Jury still out on carbon sequestration in soil
While the potential for the farming industry to sequester carbon in soils under the country’s grasslands as a means of offsetting greenhouse gas emissions from ruminants and other sources is “not insignificant”, it is, however, also limited – and easily reversible.
That was the finding of a researcher working in a unique fellowship which partnered the practical minds of NFU Scotland with the country’s scientific community.
Climate research scientist Dr Gemma Miller who has been working with the union on climate issues has produced a factsheet on Scottish grasslands and soil carbon, the first in a series which investigates some of the science behind both GHG emissions and carbon sequestration in the farming sector.
Managed grasslands in Scotland hold approximately 172 million tonnes of carbon said Miller who said available data suggested that there had been little change in carbon stock sequestered in the soil in recent decades.

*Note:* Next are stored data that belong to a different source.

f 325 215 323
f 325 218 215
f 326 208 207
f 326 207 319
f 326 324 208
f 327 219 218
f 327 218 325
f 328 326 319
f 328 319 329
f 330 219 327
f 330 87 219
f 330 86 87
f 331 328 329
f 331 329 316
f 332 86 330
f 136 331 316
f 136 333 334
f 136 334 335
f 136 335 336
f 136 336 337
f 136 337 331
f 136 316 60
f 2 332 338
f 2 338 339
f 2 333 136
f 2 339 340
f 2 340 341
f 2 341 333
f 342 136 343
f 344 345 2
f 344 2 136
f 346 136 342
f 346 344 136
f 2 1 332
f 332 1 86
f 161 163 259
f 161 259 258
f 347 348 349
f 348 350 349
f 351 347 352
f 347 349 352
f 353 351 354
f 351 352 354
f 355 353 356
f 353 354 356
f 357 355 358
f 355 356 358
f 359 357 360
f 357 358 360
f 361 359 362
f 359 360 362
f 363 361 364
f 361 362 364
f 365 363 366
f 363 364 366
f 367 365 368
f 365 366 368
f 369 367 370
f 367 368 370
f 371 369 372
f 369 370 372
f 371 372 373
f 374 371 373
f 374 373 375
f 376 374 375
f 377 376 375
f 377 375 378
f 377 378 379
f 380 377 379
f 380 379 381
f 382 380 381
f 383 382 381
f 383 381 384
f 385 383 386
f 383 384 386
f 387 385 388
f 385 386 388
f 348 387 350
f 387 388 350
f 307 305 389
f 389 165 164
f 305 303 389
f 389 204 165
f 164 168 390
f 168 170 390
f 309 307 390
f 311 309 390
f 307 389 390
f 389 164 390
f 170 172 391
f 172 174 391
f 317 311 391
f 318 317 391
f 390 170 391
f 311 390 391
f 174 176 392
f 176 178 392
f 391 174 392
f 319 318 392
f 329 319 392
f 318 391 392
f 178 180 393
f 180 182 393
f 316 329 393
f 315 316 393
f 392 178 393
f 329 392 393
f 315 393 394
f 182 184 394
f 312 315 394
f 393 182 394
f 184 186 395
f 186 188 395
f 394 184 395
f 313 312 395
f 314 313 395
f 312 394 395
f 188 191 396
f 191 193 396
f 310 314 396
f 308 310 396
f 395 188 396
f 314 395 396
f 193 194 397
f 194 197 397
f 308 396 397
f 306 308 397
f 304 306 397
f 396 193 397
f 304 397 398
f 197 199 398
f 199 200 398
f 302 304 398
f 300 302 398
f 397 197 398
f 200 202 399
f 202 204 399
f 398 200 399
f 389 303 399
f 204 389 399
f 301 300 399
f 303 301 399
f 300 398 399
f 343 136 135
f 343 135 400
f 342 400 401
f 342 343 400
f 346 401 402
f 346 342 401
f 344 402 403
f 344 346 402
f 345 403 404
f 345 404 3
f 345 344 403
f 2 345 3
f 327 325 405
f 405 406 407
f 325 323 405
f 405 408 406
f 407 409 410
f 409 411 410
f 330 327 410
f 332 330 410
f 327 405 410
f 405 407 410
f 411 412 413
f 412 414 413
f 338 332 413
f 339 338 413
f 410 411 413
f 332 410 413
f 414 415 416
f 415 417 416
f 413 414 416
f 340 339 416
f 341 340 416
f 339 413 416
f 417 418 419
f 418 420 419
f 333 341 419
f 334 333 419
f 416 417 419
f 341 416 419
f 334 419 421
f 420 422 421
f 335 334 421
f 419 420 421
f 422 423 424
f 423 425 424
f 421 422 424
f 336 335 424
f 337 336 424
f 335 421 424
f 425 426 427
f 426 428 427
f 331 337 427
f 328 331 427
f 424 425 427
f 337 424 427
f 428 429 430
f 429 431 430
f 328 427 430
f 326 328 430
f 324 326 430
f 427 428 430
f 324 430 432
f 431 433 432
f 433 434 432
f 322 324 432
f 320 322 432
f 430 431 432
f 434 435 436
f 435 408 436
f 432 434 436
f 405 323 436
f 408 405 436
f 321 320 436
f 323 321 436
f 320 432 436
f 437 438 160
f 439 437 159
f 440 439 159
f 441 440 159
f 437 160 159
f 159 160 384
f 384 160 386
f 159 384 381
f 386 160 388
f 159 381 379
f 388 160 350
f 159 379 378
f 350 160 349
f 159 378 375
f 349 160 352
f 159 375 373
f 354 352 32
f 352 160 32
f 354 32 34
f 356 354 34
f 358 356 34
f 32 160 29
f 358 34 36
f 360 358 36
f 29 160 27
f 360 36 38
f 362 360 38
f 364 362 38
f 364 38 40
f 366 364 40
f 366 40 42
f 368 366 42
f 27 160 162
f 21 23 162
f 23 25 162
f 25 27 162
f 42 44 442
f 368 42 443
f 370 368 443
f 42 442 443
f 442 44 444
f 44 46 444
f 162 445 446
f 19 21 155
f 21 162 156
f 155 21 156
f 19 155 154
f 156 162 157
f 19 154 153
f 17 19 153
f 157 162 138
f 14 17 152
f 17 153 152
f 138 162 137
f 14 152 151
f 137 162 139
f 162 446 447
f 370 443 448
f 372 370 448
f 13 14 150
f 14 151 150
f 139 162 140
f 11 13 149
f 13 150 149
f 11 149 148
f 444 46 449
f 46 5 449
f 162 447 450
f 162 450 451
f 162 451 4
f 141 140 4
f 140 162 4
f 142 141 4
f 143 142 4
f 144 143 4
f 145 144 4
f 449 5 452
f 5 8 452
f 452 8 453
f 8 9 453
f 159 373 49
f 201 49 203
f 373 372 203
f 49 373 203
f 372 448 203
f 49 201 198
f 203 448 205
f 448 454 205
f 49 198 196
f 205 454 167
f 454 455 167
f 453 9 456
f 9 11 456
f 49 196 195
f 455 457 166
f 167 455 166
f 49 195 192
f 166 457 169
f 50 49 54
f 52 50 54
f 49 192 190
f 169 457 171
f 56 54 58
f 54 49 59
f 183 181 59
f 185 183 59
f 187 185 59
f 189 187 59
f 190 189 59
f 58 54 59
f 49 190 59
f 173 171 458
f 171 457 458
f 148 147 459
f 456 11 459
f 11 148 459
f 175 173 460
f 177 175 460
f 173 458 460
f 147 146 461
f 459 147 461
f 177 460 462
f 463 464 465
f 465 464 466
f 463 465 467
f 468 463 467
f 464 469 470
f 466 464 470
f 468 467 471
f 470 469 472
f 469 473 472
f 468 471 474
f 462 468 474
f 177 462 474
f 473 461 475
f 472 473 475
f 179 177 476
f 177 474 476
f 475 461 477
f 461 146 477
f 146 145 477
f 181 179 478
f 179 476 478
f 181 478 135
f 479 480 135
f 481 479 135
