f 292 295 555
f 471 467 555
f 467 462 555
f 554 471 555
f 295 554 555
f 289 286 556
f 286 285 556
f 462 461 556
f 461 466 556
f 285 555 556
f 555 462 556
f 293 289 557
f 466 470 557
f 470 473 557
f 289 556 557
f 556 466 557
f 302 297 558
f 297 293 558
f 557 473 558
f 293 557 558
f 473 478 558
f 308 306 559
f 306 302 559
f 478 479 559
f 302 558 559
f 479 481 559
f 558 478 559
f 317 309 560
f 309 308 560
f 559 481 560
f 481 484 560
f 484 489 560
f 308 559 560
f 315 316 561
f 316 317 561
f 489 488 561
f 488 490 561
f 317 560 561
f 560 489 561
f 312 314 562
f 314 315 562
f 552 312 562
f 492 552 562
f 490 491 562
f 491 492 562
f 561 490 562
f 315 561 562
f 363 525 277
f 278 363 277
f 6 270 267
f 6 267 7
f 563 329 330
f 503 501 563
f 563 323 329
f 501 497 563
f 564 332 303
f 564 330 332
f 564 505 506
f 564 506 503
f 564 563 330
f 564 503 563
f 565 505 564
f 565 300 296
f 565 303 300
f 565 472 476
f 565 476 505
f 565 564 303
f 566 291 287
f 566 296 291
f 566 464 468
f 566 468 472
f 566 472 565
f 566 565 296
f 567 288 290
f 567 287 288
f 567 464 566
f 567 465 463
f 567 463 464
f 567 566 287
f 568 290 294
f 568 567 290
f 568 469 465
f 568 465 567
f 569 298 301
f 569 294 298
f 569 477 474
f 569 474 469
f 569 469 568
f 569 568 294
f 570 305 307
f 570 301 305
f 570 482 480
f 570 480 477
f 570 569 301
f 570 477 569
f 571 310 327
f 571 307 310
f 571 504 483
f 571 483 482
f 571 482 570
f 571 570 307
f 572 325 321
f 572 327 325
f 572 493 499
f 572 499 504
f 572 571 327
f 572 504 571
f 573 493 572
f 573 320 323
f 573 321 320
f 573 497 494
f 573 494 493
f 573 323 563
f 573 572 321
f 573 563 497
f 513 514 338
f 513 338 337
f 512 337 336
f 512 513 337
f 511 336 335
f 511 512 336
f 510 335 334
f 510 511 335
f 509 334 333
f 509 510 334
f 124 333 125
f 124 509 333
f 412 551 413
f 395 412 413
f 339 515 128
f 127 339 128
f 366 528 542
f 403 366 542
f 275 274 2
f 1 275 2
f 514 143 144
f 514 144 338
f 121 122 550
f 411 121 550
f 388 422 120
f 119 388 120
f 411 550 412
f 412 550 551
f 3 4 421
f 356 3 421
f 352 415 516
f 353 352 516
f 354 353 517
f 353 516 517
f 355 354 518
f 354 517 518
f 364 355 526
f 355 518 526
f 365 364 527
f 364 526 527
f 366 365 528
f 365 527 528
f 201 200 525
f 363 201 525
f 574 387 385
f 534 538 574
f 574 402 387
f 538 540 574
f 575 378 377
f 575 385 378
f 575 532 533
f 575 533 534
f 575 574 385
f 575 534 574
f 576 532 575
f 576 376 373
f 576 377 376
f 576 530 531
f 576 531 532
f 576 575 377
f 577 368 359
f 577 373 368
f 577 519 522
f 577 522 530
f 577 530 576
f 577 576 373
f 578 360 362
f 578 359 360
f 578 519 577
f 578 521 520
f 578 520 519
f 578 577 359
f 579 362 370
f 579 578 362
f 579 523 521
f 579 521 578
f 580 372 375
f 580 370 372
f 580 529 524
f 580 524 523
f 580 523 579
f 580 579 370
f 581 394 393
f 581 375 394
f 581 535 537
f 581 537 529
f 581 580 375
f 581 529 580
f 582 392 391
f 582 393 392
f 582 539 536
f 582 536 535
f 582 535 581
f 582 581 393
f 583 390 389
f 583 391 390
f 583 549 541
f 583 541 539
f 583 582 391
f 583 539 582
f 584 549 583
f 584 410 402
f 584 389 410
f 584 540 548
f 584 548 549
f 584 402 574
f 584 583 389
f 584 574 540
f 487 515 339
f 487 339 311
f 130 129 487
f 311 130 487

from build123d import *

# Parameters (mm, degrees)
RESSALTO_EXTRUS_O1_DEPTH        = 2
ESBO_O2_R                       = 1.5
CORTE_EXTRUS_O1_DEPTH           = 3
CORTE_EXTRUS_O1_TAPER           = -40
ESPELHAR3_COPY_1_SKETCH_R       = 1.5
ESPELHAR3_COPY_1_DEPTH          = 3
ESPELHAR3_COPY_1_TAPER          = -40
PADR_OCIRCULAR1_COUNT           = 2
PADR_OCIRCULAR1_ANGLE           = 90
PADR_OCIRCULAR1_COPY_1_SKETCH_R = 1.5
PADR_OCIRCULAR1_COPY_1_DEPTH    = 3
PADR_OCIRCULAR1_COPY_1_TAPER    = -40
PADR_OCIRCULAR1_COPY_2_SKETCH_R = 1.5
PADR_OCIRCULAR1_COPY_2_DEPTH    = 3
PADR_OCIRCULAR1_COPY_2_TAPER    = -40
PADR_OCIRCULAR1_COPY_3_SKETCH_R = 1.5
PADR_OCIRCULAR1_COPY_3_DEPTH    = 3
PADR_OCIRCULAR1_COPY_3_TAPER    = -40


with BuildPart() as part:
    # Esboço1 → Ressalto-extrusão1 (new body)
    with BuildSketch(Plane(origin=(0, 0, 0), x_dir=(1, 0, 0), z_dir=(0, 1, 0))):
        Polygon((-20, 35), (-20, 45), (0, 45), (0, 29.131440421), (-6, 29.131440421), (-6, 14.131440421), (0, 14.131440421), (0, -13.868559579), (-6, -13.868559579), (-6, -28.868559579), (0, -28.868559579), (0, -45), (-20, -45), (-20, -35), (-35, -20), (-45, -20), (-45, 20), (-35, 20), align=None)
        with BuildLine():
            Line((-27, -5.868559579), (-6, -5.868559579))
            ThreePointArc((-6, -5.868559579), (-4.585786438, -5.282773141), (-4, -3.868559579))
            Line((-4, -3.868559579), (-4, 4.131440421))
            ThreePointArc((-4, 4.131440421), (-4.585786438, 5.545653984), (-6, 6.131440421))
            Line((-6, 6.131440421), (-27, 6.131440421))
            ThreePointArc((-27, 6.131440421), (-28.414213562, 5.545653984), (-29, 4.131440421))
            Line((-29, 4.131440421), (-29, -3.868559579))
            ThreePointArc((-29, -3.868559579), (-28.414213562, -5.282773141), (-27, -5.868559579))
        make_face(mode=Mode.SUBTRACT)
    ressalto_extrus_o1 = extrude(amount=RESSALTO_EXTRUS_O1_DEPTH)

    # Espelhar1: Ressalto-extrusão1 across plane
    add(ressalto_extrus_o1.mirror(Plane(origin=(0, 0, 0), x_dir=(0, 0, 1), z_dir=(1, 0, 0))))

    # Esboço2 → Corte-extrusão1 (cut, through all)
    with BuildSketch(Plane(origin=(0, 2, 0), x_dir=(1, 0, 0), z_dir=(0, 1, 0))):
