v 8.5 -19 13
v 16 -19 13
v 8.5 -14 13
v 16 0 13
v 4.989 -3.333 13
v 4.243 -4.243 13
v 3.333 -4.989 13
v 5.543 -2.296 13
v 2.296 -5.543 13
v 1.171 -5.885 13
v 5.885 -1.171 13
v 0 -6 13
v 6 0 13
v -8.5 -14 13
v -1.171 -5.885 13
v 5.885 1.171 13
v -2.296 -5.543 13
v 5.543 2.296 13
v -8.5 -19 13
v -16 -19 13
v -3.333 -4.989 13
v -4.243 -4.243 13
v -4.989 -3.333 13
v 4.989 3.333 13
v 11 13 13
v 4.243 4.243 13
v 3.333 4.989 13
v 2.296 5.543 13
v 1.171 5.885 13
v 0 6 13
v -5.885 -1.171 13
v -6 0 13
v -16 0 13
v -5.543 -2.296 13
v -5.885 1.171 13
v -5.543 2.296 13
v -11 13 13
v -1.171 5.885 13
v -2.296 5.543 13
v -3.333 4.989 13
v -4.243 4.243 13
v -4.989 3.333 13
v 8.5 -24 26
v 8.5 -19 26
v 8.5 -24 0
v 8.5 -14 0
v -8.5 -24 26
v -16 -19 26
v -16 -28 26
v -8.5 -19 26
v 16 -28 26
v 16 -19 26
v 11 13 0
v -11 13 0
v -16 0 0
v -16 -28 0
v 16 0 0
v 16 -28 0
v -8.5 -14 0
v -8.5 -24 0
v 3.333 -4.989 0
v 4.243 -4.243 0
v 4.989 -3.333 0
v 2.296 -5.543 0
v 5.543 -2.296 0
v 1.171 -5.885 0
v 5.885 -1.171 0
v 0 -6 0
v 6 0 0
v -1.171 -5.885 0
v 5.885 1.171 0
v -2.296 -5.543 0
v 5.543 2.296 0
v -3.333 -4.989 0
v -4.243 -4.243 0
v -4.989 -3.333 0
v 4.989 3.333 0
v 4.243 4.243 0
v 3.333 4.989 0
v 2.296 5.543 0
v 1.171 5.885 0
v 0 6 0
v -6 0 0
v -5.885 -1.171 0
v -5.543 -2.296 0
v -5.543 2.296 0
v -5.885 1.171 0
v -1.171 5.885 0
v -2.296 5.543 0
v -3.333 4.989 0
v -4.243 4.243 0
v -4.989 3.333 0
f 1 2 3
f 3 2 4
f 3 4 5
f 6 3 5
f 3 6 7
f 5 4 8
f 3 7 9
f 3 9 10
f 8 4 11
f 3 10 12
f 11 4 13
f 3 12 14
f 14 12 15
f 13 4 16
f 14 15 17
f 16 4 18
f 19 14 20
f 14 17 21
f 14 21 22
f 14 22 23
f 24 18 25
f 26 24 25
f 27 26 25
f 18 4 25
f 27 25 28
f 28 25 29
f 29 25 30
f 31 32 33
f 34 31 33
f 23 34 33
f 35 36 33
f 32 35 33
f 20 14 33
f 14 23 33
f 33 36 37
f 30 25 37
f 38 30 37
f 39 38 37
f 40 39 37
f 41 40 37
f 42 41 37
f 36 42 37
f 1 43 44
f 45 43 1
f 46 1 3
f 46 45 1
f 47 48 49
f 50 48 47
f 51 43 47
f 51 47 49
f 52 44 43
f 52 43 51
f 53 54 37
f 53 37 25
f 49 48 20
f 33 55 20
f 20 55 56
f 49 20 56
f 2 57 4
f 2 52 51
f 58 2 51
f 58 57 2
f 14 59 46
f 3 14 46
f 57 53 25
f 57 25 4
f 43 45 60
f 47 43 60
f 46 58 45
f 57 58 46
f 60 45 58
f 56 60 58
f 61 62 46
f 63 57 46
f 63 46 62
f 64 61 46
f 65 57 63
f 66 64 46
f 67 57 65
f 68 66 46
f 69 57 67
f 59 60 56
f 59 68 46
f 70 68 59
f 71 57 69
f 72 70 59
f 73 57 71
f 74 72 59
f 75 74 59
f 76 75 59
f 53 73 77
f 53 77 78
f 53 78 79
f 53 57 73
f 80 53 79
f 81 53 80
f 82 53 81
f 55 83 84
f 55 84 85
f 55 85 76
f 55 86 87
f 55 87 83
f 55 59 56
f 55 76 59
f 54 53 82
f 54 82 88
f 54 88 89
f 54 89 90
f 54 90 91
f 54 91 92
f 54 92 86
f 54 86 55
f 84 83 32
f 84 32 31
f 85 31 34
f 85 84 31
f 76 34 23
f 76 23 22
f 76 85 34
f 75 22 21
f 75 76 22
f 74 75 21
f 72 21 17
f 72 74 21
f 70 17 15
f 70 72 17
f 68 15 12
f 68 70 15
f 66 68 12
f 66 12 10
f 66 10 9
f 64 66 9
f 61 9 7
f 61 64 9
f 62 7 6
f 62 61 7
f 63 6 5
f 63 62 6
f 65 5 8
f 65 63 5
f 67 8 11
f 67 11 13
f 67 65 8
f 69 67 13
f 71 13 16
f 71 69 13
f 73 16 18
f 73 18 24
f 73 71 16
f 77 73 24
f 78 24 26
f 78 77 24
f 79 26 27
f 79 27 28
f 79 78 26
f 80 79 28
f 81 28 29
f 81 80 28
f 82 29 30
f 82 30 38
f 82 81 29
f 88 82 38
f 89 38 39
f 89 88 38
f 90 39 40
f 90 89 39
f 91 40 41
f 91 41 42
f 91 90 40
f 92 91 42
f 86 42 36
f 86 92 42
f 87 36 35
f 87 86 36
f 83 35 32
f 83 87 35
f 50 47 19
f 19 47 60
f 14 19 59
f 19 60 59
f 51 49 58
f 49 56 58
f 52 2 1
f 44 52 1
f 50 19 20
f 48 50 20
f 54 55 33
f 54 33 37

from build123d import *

# Parameters (mm, degrees)
SKETCH_1_R      = 6
SKETCH_1_W      = 17
SKETCH_1_H      = 10
EXTRUDE_1_DEPTH = 13
EXTRUDE_2_DEPTH = 13


with BuildPart() as part:
    # 草图1 → 凸台-拉伸1 (new body)
    with BuildSketch(Plane.XY):
        Polygon((-11, 13), (11, 13), (16, 0), (16, -28), (-16, -28), (-16, 0), align=None)
        with Locations(Location((0, 0, 0), (0, 0, 180))):
            Circle(SKETCH_1_R, mode=Mode.SUBTRACT)
        with Locations((0, -19)):
            Rectangle(SKETCH_1_W, SKETCH_1_H, mode=Mode.SUBTRACT)
    extrude(amount=EXTRUDE_1_DEPTH)

    # 草图2 → 凸台-拉伸2 (add)
    with BuildSketch(Plane.XY.offset(13)):
        Polygon((-8.5, -19), (-16, -19), (-16, -28), (16, -28), (16, -19), (8.5, -19), (8.5, -24), (-8.5, -24), align=None)
    extrude(amount=EXTRUDE_2_DEPTH)


solid = part.part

“It is believed that grassland soils have a huge potential to sequester C, but is this true for Scotland?” asked Miller.
She said that soil carbon sequestration occurred where organic matter from plant roots, manures and plant litter was incorporated into the soil:
“The organic matter can be stabilised through binding to soil minerals, preventing it from being further decomposed by soil microbes and releasing CO2 back to the atmosphere, but this process is incredibly slow.”
She said that while there was a lack of evidence to support the belief that any major increase in soil carbon was currently occurring, one detailed study of permanent grassland in SE Scotland found that soil C stocks were stable, neither sequestering or losing carbon.
Stating that soil carbon could be lost much more easily than it could be sequestered she warned that it was extremely important to maintain existing soil C stocks, and pointed out that soil carbon could be lost rapidly due to disturbances, including ploughing pasture to reseed.
“It can take many years for organic matter to become stabilised in soil and up to 100 years for soil to recover to an equilibrium C stock (the C stock is the total mass of C sequestered in the soil).”
Miller said that while sequestration rates could be rapid to begin with, they became progressively slower over time.
“So, the potential for soil C sequestration to mitigate GHG emissions in grassland is not insignificant, but it is limited and easily reversible”.
She said that the jury was still out on practices which encouraged better use be made of grasslands by increasing productivity levels:
“There is a lack of evidence related to grazing management and carbon stocks in managed grasslands in Scotland. However, it is widely accepted that over-grazing reduces soil C stocks.”
She said that the use of fertilisers and seeding with high-yielding grass species and legumes could increase the amount of carbon taken up by plants but added that while liming increased the ph of acidic soils, making them more productive, it also increased CO2 emissions from soils.
“The net effect on soil C stocks is uncertain,” she concluded.